> **Work instruction**:
Each line from the one that contains "#119=ADVANCED_BREP_SHAPE_REPRESENTATION('',(#118),#12);" to the last line of the records below must be restated word for word.

BEGIN Input data

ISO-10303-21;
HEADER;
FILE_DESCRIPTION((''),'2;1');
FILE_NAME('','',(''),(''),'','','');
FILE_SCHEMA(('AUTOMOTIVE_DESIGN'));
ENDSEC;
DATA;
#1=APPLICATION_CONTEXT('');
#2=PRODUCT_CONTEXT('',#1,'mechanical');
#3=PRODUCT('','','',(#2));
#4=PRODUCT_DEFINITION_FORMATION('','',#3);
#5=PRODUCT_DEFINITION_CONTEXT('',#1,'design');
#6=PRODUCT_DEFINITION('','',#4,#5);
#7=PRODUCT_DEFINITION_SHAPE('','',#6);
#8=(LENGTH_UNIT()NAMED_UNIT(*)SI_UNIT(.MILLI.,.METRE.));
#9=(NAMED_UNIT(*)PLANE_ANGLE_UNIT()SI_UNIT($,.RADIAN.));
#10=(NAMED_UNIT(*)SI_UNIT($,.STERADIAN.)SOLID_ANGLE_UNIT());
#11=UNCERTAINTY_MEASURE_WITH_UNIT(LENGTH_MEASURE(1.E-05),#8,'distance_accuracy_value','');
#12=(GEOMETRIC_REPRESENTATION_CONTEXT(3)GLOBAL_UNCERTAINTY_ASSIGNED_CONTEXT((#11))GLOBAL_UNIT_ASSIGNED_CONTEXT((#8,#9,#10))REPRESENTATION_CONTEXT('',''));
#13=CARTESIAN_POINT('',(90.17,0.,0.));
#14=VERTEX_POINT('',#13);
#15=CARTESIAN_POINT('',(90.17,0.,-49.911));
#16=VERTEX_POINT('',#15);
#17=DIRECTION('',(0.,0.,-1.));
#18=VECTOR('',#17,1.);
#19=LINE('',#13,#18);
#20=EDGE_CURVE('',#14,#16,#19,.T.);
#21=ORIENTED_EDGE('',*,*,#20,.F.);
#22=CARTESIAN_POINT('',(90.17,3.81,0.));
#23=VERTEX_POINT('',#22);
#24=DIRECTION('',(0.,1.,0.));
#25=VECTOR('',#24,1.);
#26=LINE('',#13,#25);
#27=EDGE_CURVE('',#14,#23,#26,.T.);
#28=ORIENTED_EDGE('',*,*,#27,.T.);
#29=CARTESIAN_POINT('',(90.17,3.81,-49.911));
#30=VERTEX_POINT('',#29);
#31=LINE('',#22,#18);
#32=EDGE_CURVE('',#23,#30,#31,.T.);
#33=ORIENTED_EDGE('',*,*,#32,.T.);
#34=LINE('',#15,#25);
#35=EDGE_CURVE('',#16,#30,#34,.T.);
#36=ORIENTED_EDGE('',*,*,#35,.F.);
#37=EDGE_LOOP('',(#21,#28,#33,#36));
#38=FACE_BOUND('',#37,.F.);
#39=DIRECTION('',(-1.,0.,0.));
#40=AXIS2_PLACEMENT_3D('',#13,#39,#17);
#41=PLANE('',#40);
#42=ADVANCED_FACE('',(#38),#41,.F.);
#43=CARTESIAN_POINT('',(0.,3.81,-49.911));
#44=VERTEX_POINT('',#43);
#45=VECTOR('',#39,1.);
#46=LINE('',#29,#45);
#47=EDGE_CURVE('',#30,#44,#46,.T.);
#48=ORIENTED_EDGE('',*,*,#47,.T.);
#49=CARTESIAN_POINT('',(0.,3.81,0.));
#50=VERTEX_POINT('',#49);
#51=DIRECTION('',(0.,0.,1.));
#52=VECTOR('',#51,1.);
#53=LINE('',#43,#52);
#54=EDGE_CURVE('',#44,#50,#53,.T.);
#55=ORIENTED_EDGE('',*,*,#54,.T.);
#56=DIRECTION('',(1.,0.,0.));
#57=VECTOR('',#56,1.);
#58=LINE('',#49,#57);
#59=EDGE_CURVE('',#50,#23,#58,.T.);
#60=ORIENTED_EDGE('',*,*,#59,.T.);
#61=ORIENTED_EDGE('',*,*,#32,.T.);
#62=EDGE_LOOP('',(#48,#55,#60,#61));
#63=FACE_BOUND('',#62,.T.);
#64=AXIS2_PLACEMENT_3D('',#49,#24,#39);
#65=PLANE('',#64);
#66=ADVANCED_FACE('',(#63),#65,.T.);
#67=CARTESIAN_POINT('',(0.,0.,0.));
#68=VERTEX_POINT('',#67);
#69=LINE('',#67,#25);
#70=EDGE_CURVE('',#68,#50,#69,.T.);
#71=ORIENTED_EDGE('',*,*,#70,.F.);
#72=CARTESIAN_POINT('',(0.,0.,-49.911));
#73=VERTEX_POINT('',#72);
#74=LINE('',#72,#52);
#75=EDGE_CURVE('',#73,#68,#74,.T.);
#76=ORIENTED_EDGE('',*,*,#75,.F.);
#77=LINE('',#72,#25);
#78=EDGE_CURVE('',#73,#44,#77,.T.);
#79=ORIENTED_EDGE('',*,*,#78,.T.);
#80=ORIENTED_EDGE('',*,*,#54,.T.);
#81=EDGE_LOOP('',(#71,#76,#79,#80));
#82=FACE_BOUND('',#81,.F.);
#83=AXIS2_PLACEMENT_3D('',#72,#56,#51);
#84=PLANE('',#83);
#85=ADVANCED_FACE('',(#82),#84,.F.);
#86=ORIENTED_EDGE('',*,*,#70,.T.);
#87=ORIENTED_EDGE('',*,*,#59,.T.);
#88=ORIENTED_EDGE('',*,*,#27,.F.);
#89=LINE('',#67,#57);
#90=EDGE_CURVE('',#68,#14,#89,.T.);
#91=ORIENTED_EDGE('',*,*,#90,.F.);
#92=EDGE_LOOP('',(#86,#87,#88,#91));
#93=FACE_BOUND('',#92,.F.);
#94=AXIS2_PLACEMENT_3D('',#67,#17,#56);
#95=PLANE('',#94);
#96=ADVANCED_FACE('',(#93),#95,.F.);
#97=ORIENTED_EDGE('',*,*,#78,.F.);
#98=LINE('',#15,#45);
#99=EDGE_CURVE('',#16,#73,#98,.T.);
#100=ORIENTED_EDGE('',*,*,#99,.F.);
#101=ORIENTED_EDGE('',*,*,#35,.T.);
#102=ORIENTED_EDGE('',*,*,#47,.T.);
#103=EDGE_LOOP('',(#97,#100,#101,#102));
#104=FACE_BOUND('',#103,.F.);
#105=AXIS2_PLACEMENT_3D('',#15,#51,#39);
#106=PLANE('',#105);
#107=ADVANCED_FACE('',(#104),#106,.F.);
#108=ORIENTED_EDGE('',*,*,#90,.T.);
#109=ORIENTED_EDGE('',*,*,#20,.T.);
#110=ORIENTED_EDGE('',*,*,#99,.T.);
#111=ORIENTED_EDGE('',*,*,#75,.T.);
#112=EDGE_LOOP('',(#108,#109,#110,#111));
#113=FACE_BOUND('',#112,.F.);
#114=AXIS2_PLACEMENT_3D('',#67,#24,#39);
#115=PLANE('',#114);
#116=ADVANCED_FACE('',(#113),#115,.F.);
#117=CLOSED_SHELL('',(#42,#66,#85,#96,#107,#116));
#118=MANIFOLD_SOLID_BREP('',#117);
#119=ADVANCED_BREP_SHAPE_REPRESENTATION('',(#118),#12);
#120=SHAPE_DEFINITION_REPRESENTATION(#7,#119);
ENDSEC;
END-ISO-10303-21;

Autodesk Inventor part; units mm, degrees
ref_plane "YZ Plane" through (0, 0, 0) normal (1, 0, 0) x (0, 1, 0)
ref_plane "XZ Plane" through (0, 0, 0) normal (0, 1, 0) x (-1, 0, 0)
sketch "Sketch1" plane through (0, 0, 0) normal (0, 1, 0) x (-1, 0, 0)
  line L0 (0, 0) -> (-90.17, 0)
  line L1 (-90.17, 0) -> (-90.17, -49.911)
  line L2 (-90.17, -49.911) -> (0, -49.911)
  line L3 (0, -49.911) -> (0, 0)
  dimension "d0" = 90.17
  dimension "d1" = 49.911
extrude "Extrusion1" add sketch "Sketch1" along normal blind 3.81
ref_plane "Midplane" through (45.085, 0, 0) normal (1, 0, 0) x (0, 0, -1)
properties part number "Lipo Charger Circuit"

END Input data

> **Solved exercise**:
#119=ADVANCED_BREP_SHAPE_REPRESENTATION('',(#118),#12);
#120=SHAPE_DEFINITION_REPRESENTATION(#7,#119);
ENDSEC;
END-ISO-10303-21;

Autodesk Inventor part; units mm, degrees
ref_plane "YZ Plane" through (0, 0, 0) normal (1, 0, 0) x (0, 1, 0)
ref_plane "XZ Plane" through (0, 0, 0) normal (0, 1, 0) x (-1, 0, 0)
sketch "Sketch1" plane through (0, 0, 0) normal (0, 1, 0) x (-1, 0, 0)
  line L0 (0, 0) -> (-90.17, 0)
  line L1 (-90.17, 0) -> (-90.17, -49.911)
  line L2 (-90.17, -49.911) -> (0, -49.911)
  line L3 (0, -49.911) -> (0, 0)
  dimension "d0" = 90.17
  dimension "d1" = 49.911
extrude "Extrusion1" add sketch "Sketch1" along normal blind 3.81
ref_plane "Midplane" through (45.085, 0, 0) normal (1, 0, 0) x (0, 0, -1)
properties part number "Lipo Charger Circuit"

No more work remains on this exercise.